I knew what she was seeing . . . a man who seemed to be the answer to all her problems. Handsome, successful, and desirable. A fresh start. She thought if she could get back together with Jack, it would erase all the unhappiness that had transpired since she had gotten married.

“You have children,” I said. “Don’t you owe it to them to try to save the family you’ve created?”

“Have you ever been married?” she demanded.

“No,” I admitted.

“Then you don’t know shit about it.”

“You’re right,” I said calmly. “All I know is that getting back together with Jack won’t fix you or your problems. What you had with him is in the past. Jack’s gone on with his life. And I’m going to take the liberty of speaking for him by saying that I’m sure he still cares about you as a human being, but nothing more than that. So now, the best thing you can do for Jack, and yourself, and everyone, is to go home to Pete and ask him what you can do about your marriage.” Pausing, I glanced at Jack. “Did I get all that right?”

He nodded, his face relaxing.

Ashley made an infuriated sound. She stared hard at Jack. “You told me once you’d always want me.”

Jack stood, keeping the baby comfortably tucked against his shoulder. His eyes were opaque. “I’ve changed, Ashley.”

“I haven’t!” she snapped.

His reply was very soft. “I’m sorry to hear that.”

She grabbed blindly at her handbag and headed to the door. I went after her, frowning as I wondered if she should be allowed to run off in such a distraught condition. “Ashley—” I said, reaching out to touch her skinny arm.

She shook me off.

I saw that she was angry but in control, her face taut, her forehead puckered as if it had been embroidered too tightly. Her gaze arrowed to Jack, who had come up behind me. “If you send me away now,” she told him, “you’ll never have another chance. Be sure of what you want, Jack.”

“I’m sure.” He opened the door for her.

She flushed in anger. “Do you think you’ve got what it takes to keep him?” she asked me scornfully. “He’ll put lots of mileage on you, honey. He’ll take you on a fast ride, and then you’ll get dumped by the roadside.” Her gaze switched to Jack. “You haven’t changed at all. You think going out with someone like her will make everyone think you’re all mature now, but the truth is, you’re still the same selfish, shallow asshole you always were.” She paused for breath, glaring at him. “I’m so much prettier than she is,” she choked indignantly, and left.
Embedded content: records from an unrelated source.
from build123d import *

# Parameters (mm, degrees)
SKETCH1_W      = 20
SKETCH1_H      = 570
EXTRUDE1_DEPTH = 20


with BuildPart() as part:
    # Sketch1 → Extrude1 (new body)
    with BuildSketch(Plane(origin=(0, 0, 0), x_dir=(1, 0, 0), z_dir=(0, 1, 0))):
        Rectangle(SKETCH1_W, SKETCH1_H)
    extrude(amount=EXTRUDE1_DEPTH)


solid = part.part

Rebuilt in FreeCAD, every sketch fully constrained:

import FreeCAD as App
import Part
import Sketcher

doc = App.newDocument("Part")
body = doc.addObject("PartDesign::Body", "Body")

# Sketch on XZ plane
sketch1 = doc.addObject("Sketcher::SketchObject", "Sketch")
body.addObject(sketch1)
sketch1.AttachmentSupport = (doc.XZ_Plane, [""])
sketch1.MapMode = "FlatFace"
sketch1.addGeometry(Part.LineSegment(App.Vector(-10, -285, 0), App.Vector(-10, 285, 0)), False)
sketch1.addGeometry(Part.LineSegment(App.Vector(-10, 285, 0), App.Vector(10, 285, 0)), False)
sketch1.addGeometry(Part.LineSegment(App.Vector(10, 285, 0), App.Vector(10, -285, 0)), False)
sketch1.addGeometry(Part.LineSegment(App.Vector(10, -285, 0), App.Vector(-10, -285, 0)), False)
sketch1.addConstraint(Sketcher.Constraint("Coincident", 0, 2, 1, 1))
sketch1.addConstraint(Sketcher.Constraint("Coincident", 1, 2, 2, 1))
sketch1.addConstraint(Sketcher.Constraint("Coincident", 2, 2, 3, 1))
sketch1.addConstraint(Sketcher.Constraint("Coincident", 3, 2, 0, 1))
sketch1.addConstraint(Sketcher.Constraint("Vertical", 0))
sketch1.addConstraint(Sketcher.Constraint("Horizontal", 1))
sketch1.addConstraint(Sketcher.Constraint("Vertical", 2))
sketch1.addConstraint(Sketcher.Constraint("Horizontal", 3))
sketch1.addConstraint(Sketcher.Constraint("Symmetric", 0, 2, 2, 2, -1, 1))
sketch1.addConstraint(Sketcher.Constraint("DistanceX", 1, 1, 1, 2, 20.0))
sketch1.addConstraint(Sketcher.Constraint("DistanceY", 0, 1, 0, 2, 570.0))
pad1 = doc.addObject("PartDesign::Pad", "Pad")
body.addObject(pad1)
pad1.Profile = sketch1
pad1.Length = 20
pad1.Reversed = True

doc.recompute()
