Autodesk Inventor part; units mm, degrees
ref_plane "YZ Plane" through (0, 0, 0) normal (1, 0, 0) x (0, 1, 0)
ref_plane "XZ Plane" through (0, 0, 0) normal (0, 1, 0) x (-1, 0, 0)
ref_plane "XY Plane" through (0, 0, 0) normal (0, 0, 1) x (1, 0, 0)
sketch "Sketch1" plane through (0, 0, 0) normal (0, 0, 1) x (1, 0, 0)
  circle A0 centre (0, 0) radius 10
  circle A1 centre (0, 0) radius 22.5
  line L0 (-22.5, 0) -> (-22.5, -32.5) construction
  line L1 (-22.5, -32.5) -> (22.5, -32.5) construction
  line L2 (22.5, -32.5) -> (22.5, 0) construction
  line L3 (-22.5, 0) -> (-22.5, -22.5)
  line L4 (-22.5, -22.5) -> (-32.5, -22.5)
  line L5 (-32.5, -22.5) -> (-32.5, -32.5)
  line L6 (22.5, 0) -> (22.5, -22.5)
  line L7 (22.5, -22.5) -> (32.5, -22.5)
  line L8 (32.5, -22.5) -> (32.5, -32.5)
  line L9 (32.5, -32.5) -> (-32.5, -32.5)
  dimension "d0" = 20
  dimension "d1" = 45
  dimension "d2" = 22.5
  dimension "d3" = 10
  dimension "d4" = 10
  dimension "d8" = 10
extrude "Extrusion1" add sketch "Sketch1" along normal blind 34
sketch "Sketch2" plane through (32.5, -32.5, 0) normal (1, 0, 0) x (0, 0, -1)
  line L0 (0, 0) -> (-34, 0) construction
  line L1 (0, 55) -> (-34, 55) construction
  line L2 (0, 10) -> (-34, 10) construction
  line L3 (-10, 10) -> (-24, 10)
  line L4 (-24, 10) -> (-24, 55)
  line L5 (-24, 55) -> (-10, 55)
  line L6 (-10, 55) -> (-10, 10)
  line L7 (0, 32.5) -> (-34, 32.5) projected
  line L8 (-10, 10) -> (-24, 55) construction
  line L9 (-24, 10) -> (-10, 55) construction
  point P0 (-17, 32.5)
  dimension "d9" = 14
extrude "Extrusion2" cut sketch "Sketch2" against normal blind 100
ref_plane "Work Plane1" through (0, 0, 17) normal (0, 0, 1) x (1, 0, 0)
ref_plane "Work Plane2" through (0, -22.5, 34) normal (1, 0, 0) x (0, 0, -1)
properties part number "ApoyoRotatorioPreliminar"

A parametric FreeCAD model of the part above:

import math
import FreeCAD as App
import Part
import Sketcher
Q = App.Units.Quantity

doc = App.newDocument("Part")
body = doc.addObject("PartDesign::Body", "Body")

sketch1 = body.newObject("Sketcher::SketchObject", "Sketch")
sketch1.AttachmentSupport = (doc.getObject("XY_Plane"), [""])
sketch1.MapMode = "FlatFace"
sketch1.addGeometry(Part.ArcOfCircle(Part.Circle(App.Vector(0, 0, 0), App.Vector(0, 0, 1), 22), math.radians(0), math.radians(180)), False)
sketch1.addGeometry(Part.LineSegment(App.Vector(-22, 0, 0), App.Vector(-22, -22, 0)), False)
sketch1.addGeometry(Part.LineSegment(App.Vector(-22, -22, 0), App.Vector(-32, -22, 0)), False)
sketch1.addGeometry(Part.LineSegment(App.Vector(-32, -22, 0), App.Vector(-32, -32, 0)), False)
sketch1.addGeometry(Part.LineSegment(App.Vector(-32, -32, 0), App.Vector(32, -32, 0)), False)
sketch1.addGeometry(Part.LineSegment(App.Vector(32, -32, 0), App.Vector(32, -22, 0)), False)
sketch1.addGeometry(Part.LineSegment(App.Vector(32, -22, 0), App.Vector(22, -22, 0)), False)
sketch1.addGeometry(Part.LineSegment(App.Vector(22, -22, 0), App.Vector(22, 0, 0)), False)
sketch1.addGeometry(Part.Circle(App.Vector(0, 0, 0), App.Vector(0, 0, 1), 10), False)
sketch1.addConstraint(Sketcher.Constraint("Tangent", 0, 2, 1, 1))
sketch1.addConstraint(Sketcher.Constraint("Coincident", 1, 2, 2, 1))
sketch1.addConstraint(Sketcher.Constraint("Coincident", 2, 2, 3, 1))
sketch1.addConstraint(Sketcher.Constraint("Coincident", 3, 2, 4, 1))
sketch1.addConstraint(Sketcher.Constraint("Coincident", 4, 2, 5, 1))
sketch1.addConstraint(Sketcher.Constraint("Coincident", 5, 2, 6, 1))
sketch1.addConstraint(Sketcher.Constraint("Coincident", 6, 2, 7, 1))
sketch1.addConstraint(Sketcher.Constraint("Tangent", 7, 2, 0, 1))
sketch1.addConstraint(Sketcher.Constraint("Vertical", 1))
sketch1.addConstraint(Sketcher.Constraint("Horizontal", 2))
sketch1.addConstraint(Sketcher.Constraint("Vertical", 3))
sketch1.addConstraint(Sketcher.Constraint("Horizontal", 4))
sketch1.addConstraint(Sketcher.Constraint("Vertical", 5))
sketch1.addConstraint(Sketcher.Constraint("Horizontal", 6))
sketch1.addConstraint(Sketcher.Constraint("Vertical", 7))
sketch1.addConstraint(Sketcher.Constraint("Coincident", 0, 3, -1, 1))
sketch1.addConstraint(Sketcher.Constraint("Coincident", 8, 3, -1, 1))
sketch1.addConstraint(Sketcher.Constraint("Symmetric", 2, 2, 5, 2, -2))
sketch1.addConstraint(Sketcher.Constraint("Equal", 6, 3))
sketch1.addConstraint(Sketcher.Constraint("Diameter", 8, Q("20 mm")))
sketch1.addConstraint(Sketcher.Constraint("Radius", 0, Q("22.5 mm")))
sketch1.addConstraint(Sketcher.Constraint("DistanceX", 2, 2, 2, 1, Q("10 mm")))
sketch1.addConstraint(Sketcher.Constraint("DistanceY", 1, 2, 1, 1, Q("22.5 mm")))
pad1 = body.newObject("PartDesign::Pad", "Pad")
pad1.Profile = sketch1
pad1.Length = 34

sketch2 = body.newObject("Sketcher::SketchObject", "Sketch001")
sketch2.AttachmentSupport = (doc.getObject("YZ_Plane"), [""])
sketch2.MapMode = "FlatFace"
sketch2.AttachmentOffset = App.Placement(App.Vector(0, 0, 32.5), App.Rotation())
sketch2.addGeometry(Part.LineSegment(App.Vector(-22, 24, 0), App.Vector(-22, 10, 0)), False)
sketch2.addGeometry(Part.LineSegment(App.Vector(-22, 10, 0), App.Vector(22, 10, 0)), False)
sketch2.addGeometry(Part.LineSegment(App.Vector(22, 10, 0), App.Vector(22, 24, 0)), False)
sketch2.addGeometry(Part.LineSegment(App.Vector(22, 24, 0), App.Vector(-22, 24, 0)), False)
sketch2.addConstraint(Sketcher.Constraint("Coincident", 0, 2, 1, 1))
sketch2.addConstraint(Sketcher.Constraint("Coincident", 1, 2, 2, 1))
sketch2.addConstraint(Sketcher.Constraint("Coincident", 2, 2, 3, 1))
sketch2.addConstraint(Sketcher.Constraint("Coincident", 3, 2, 0, 1))
sketch2.addConstraint(Sketcher.Constraint("Vertical", 0))
sketch2.addConstraint(Sketcher.Constraint("Horizontal", 1))
sketch2.addConstraint(Sketcher.Constraint("Vertical", 2))
sketch2.addConstraint(Sketcher.Constraint("Horizontal", 3))
sketch2.addConstraint(Sketcher.Constraint("DistanceY", 0, 2, 0, 1, Q("14 mm")))
sketch2.addConstraint(Sketcher.Constraint("DistanceX", 1, 1, 1, 2, Q("45 mm")))
sketch2.addConstraint(Sketcher.Constraint("DistanceY", -1, 1, 0, 2, Q("10 mm")))
sketch2.addConstraint(Sketcher.Constraint("DistanceX", 0, 2, -1, 1, Q("22.5 mm")))
pocket1 = body.newObject("PartDesign::Pocket", "Pocket")
pocket1.Profile = sketch2
pocket1.Length = 100

doc.recompute()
As Jack closed the door, I turned to lean my back against it. Still holding Luke, Jack stared at me. He seemed bemused, as if he had found himself in unfamiliar territory and was trying to get his bearings. “Thanks.”
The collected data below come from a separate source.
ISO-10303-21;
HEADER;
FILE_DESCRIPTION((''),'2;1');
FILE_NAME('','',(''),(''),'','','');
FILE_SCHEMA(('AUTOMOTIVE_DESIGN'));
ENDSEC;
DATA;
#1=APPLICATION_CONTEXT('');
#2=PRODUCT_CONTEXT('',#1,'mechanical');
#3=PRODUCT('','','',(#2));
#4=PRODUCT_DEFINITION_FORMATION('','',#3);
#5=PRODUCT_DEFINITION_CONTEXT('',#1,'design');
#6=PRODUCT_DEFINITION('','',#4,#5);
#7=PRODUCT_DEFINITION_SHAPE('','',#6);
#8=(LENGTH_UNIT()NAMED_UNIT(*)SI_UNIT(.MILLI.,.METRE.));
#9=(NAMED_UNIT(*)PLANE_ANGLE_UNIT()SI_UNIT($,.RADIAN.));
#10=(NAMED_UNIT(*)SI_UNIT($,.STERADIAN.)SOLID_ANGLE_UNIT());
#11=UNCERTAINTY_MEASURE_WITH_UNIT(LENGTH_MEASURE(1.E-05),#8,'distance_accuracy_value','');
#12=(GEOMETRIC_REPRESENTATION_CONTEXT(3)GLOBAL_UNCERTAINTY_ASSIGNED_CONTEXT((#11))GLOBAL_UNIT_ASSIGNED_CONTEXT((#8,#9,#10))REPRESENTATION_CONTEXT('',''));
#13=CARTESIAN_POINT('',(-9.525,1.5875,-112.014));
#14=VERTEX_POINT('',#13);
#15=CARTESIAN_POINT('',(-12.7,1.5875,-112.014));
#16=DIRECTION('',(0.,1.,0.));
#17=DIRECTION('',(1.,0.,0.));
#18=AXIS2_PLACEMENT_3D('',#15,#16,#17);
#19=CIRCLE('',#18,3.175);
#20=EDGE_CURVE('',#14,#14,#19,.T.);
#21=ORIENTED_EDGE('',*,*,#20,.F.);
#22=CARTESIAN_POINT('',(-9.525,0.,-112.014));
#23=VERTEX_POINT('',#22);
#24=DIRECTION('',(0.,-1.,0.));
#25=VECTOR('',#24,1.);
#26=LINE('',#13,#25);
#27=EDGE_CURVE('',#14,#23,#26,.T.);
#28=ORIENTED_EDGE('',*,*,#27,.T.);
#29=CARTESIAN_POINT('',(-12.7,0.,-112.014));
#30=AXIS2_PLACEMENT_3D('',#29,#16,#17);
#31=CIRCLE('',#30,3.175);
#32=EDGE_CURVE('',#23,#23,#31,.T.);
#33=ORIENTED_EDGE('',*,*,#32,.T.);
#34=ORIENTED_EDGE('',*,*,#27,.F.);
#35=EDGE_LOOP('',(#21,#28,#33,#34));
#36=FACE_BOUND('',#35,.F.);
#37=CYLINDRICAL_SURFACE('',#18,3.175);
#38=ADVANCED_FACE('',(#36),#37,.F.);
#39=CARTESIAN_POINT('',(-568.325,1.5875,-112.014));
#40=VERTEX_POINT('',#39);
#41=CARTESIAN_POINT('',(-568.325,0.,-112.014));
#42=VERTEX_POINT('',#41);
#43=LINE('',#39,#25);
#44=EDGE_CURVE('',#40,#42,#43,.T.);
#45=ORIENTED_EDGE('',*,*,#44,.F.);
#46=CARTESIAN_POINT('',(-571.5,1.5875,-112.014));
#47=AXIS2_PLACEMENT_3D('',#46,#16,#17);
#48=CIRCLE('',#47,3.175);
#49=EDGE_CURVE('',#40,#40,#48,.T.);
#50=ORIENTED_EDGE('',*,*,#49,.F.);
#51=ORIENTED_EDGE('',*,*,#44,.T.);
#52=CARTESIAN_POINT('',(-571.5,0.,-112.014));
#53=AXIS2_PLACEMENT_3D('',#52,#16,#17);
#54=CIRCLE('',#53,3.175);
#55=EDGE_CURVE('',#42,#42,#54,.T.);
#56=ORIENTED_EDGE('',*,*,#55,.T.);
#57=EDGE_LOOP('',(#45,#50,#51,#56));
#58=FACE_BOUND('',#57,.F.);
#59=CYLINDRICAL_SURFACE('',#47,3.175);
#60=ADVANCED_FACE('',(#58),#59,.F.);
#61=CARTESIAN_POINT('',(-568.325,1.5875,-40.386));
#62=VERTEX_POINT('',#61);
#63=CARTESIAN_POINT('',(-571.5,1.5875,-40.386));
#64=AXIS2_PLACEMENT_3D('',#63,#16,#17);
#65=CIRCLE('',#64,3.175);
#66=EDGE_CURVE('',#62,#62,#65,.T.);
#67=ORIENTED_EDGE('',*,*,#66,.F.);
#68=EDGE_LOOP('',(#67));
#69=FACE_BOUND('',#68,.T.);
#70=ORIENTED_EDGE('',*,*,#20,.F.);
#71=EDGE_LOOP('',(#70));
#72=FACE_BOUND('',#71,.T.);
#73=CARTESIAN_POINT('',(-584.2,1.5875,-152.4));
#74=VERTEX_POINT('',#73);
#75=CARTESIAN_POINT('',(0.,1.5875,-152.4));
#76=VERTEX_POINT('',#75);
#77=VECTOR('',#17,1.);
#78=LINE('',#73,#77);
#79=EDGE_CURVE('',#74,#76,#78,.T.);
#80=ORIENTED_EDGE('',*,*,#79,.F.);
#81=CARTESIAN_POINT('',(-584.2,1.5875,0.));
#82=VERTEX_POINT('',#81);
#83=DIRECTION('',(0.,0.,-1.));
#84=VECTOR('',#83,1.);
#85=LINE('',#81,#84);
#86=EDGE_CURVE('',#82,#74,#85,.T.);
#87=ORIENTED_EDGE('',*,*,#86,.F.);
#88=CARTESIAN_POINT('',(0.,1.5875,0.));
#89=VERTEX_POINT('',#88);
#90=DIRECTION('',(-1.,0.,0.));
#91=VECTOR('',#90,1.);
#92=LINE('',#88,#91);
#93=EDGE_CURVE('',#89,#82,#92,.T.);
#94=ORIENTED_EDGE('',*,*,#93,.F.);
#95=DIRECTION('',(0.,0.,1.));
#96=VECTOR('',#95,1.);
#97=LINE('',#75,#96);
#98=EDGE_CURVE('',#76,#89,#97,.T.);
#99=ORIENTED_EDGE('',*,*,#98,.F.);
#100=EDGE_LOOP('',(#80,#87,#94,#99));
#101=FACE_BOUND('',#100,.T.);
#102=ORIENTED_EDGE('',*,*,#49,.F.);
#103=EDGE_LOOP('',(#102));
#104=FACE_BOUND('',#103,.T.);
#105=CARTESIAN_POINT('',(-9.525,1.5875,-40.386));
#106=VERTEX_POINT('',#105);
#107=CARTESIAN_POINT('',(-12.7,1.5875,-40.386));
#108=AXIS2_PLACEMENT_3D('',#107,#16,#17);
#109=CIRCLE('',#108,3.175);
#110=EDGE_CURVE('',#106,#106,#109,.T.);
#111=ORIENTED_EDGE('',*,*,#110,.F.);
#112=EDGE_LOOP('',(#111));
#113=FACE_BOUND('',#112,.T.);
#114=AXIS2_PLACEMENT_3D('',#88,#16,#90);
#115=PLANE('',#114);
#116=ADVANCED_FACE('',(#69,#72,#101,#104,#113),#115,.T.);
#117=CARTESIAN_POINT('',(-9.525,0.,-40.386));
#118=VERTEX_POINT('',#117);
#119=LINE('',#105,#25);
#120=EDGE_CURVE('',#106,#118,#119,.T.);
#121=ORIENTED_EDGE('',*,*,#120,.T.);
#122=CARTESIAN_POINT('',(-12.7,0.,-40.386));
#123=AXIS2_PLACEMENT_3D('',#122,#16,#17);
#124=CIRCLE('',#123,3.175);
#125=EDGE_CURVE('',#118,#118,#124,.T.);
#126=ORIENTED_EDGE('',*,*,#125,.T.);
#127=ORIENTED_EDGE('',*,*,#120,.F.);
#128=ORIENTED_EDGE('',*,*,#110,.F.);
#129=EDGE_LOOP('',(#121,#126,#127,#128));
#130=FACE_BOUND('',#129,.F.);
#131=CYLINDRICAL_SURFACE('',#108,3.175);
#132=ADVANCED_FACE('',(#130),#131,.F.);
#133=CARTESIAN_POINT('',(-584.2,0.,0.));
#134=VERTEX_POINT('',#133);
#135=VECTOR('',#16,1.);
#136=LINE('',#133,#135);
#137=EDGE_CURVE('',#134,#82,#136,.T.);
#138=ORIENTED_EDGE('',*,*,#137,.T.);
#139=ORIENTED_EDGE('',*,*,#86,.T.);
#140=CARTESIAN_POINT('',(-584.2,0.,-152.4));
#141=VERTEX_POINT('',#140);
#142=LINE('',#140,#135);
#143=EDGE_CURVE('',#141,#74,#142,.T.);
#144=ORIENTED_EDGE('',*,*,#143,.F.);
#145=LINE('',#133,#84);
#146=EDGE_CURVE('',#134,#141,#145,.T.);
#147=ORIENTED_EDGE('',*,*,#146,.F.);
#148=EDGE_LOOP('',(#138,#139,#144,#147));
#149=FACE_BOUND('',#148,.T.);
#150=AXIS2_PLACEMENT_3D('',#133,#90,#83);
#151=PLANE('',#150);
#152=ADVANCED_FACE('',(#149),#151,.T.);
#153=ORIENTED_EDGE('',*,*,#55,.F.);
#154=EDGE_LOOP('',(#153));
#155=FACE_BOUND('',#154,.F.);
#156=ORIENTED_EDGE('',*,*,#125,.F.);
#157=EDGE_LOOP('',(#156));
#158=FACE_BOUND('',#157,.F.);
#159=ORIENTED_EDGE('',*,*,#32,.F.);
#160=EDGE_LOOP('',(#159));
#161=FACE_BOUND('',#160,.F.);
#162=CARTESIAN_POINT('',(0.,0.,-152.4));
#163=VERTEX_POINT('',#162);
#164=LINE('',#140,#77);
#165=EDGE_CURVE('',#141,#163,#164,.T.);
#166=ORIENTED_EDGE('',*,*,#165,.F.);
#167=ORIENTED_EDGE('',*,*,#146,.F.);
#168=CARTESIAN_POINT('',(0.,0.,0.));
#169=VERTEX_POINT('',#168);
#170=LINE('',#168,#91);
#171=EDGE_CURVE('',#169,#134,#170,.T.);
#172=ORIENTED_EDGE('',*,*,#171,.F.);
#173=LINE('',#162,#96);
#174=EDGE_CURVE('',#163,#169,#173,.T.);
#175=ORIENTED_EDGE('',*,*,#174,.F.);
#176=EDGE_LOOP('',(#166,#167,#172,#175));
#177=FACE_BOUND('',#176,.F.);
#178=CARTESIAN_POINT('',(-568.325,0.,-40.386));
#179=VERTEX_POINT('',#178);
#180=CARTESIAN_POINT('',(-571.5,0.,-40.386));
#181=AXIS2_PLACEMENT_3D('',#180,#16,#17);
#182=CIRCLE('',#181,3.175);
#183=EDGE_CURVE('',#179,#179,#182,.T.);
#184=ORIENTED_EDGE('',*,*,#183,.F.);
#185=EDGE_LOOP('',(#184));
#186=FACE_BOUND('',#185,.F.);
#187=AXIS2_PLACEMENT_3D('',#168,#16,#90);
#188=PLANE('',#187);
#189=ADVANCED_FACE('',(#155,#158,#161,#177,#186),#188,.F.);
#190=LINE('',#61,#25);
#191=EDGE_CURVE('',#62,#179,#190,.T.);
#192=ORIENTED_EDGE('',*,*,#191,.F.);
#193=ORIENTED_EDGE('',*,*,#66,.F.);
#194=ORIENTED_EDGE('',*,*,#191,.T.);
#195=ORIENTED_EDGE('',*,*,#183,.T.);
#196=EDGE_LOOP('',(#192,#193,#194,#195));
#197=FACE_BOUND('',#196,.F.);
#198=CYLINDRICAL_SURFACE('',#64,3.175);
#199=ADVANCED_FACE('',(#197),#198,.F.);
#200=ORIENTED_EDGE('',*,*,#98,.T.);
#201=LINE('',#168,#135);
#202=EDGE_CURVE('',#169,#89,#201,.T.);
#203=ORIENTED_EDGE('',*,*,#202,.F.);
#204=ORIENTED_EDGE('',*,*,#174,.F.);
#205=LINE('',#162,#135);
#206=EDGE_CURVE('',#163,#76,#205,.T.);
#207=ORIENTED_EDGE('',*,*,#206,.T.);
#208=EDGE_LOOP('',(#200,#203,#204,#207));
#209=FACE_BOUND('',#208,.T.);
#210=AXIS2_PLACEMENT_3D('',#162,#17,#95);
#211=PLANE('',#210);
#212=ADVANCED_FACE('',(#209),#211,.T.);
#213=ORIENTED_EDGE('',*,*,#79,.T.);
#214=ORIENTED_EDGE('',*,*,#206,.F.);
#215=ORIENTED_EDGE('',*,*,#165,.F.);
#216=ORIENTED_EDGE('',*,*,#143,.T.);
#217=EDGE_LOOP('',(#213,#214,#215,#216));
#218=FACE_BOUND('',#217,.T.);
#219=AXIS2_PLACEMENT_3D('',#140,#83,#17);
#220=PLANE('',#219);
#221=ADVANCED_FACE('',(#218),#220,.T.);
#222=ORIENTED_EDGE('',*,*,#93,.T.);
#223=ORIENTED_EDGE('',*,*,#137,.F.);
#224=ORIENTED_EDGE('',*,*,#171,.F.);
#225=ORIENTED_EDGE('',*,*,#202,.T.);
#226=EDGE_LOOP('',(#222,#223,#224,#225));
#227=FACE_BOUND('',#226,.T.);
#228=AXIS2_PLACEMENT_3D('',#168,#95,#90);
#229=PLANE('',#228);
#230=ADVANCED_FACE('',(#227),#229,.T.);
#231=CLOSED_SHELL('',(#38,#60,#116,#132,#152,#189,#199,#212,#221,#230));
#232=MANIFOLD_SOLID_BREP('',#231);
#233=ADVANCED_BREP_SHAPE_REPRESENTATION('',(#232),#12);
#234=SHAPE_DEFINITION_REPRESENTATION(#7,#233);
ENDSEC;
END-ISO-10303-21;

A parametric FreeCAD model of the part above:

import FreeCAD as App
import Part
import Sketcher
Q = App.Units.Quantity

doc = App.newDocument("Part")
body = doc.addObject("PartDesign::Body", "Body")

# Sketch on XZ plane
sketch1 = body.newObject("Sketcher::SketchObject", "Sketch")
sketch1.AttachmentSupport = (doc.getObject("XZ_Plane"), [""])
sketch1.MapMode = "FlatFace"
sketch1.addGeometry(Part.LineSegment(App.Vector(-584.2, 0, 0), App.Vector(0, 0, 0)), False)
sketch1.addGeometry(Part.LineSegment(App.Vector(0, 0, 0), App.Vector(0, -152.4, 0)), False)
sketch1.addGeometry(Part.LineSegment(App.Vector(0, -152.4, 0), App.Vector(-584.2, -152.4, 0)), False)
sketch1.addGeometry(Part.LineSegment(App.Vector(-584.2, -152.4, 0), App.Vector(-584.2, 0, 0)), False)
sketch1.addConstraint(Sketcher.Constraint("Coincident", 0, 2, 1, 1))
sketch1.addConstraint(Sketcher.Constraint("Coincident", 1, 2, 2, 1))
sketch1.addConstraint(Sketcher.Constraint("Coincident", 2, 2, 3, 1))
sketch1.addConstraint(Sketcher.Constraint("Coincident", 3, 2, 0, 1))
sketch1.addConstraint(Sketcher.Constraint("Horizontal", 0))
sketch1.addConstraint(Sketcher.Constraint("Vertical", 1))
sketch1.addConstraint(Sketcher.Constraint("Horizontal", 2))
sketch1.addConstraint(Sketcher.Constraint("Vertical", 3))
sketch1.addConstraint(Sketcher.Constraint("Coincident", 0, 2, -1, 1))
sketch1.addConstraint(Sketcher.Constraint("DistanceX", 0, 1, 0, 2, Q("23 in")))
sketch1.addConstraint(Sketcher.Constraint("DistanceY", 1, 2, 1, 1, Q("6 in")))
pad1 = body.newObject("PartDesign::Pad", "Pad")
pad1.Profile = sketch1
pad1.Length = Q("0.0625 in")
pad1.Reversed = True

# Sketch on XZ plane
sketch2 = body.newObject("Sketcher::SketchObject", "Sketch001")
sketch2.AttachmentSupport = (doc.getObject("XZ_Plane"), [""])
sketch2.MapMode = "FlatFace"
sketch2.AttachmentOffset = App.Placement(App.Vector(0, 0, -0.0625 * 25.4), App.Rotation())
sketch2.addGeometry(Part.Circle(App.Vector(-12.7, -40.386, 0), App.Vector(0, 0, 1), 3.175), False)
sketch2.addGeometry(Part.Circle(App.Vector(-571.5, -40.386, 0), App.Vector(0, 0, 1), 3.175), False)
sketch2.addGeometry(Part.Circle(App.Vector(-12.7, -112.014, 0), App.Vector(0, 0, 1), 3.175), False)
sketch2.addGeometry(Part.Circle(App.Vector(-571.5, -112.014, 0), App.Vector(0, 0, 1), 3.175), False)
sketch2.addConstraint(Sketcher.Constraint("Equal", 0, 1))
I gave him a tentative smile. “You’re welcome.”

Jack shook his head, looking baffled. “Seeing the two of you together like that. . .”

“The past and the present?”

He nodded and sighed, the corners of his mouth pulling with a troubled grimace. Raking his free hand through his hair, he said, “You look at someone like Ashley, and you know exactly what kind of guy would want her. And I used to be that guy, and that bothers the shit out of me.”

“A guy who wanted a trophy?” I suggested. “A guy who wanted someone pretty and fun . . . I wouldn’t be too hard on him.”

“You’re more of a woman than she could ever be. And a hell of a lot more beautiful.”

I laughed. “You’re just saying that because I got rid of her for you.

He came closer until the baby was caught between us, and he slid his hand around the back of my neck. His fingers were strong and slightly cool as they clasped my tender nape. The sensation, almost unbearably pleasant, made me shiver. “We don’t have a problem?” he asked warily.

“Why would we have a problem?”

“Because any other woman I’ve ever known would have gone ballistic, coming up here and finding Ashley in my apartment.”

“It was obvious you didn’t want her here.” My lips curved with a wry smile. “And for the record, Jack . . . whatever kind of man you used to be, you’re not at all selfish or shallow now. I’ll vouch for you any time.”

Jack bent his head, his breath fanning hotly over my mouth. He kissed me, hard and sweet and long. “Don’t ever leave me, Ella. I need you.”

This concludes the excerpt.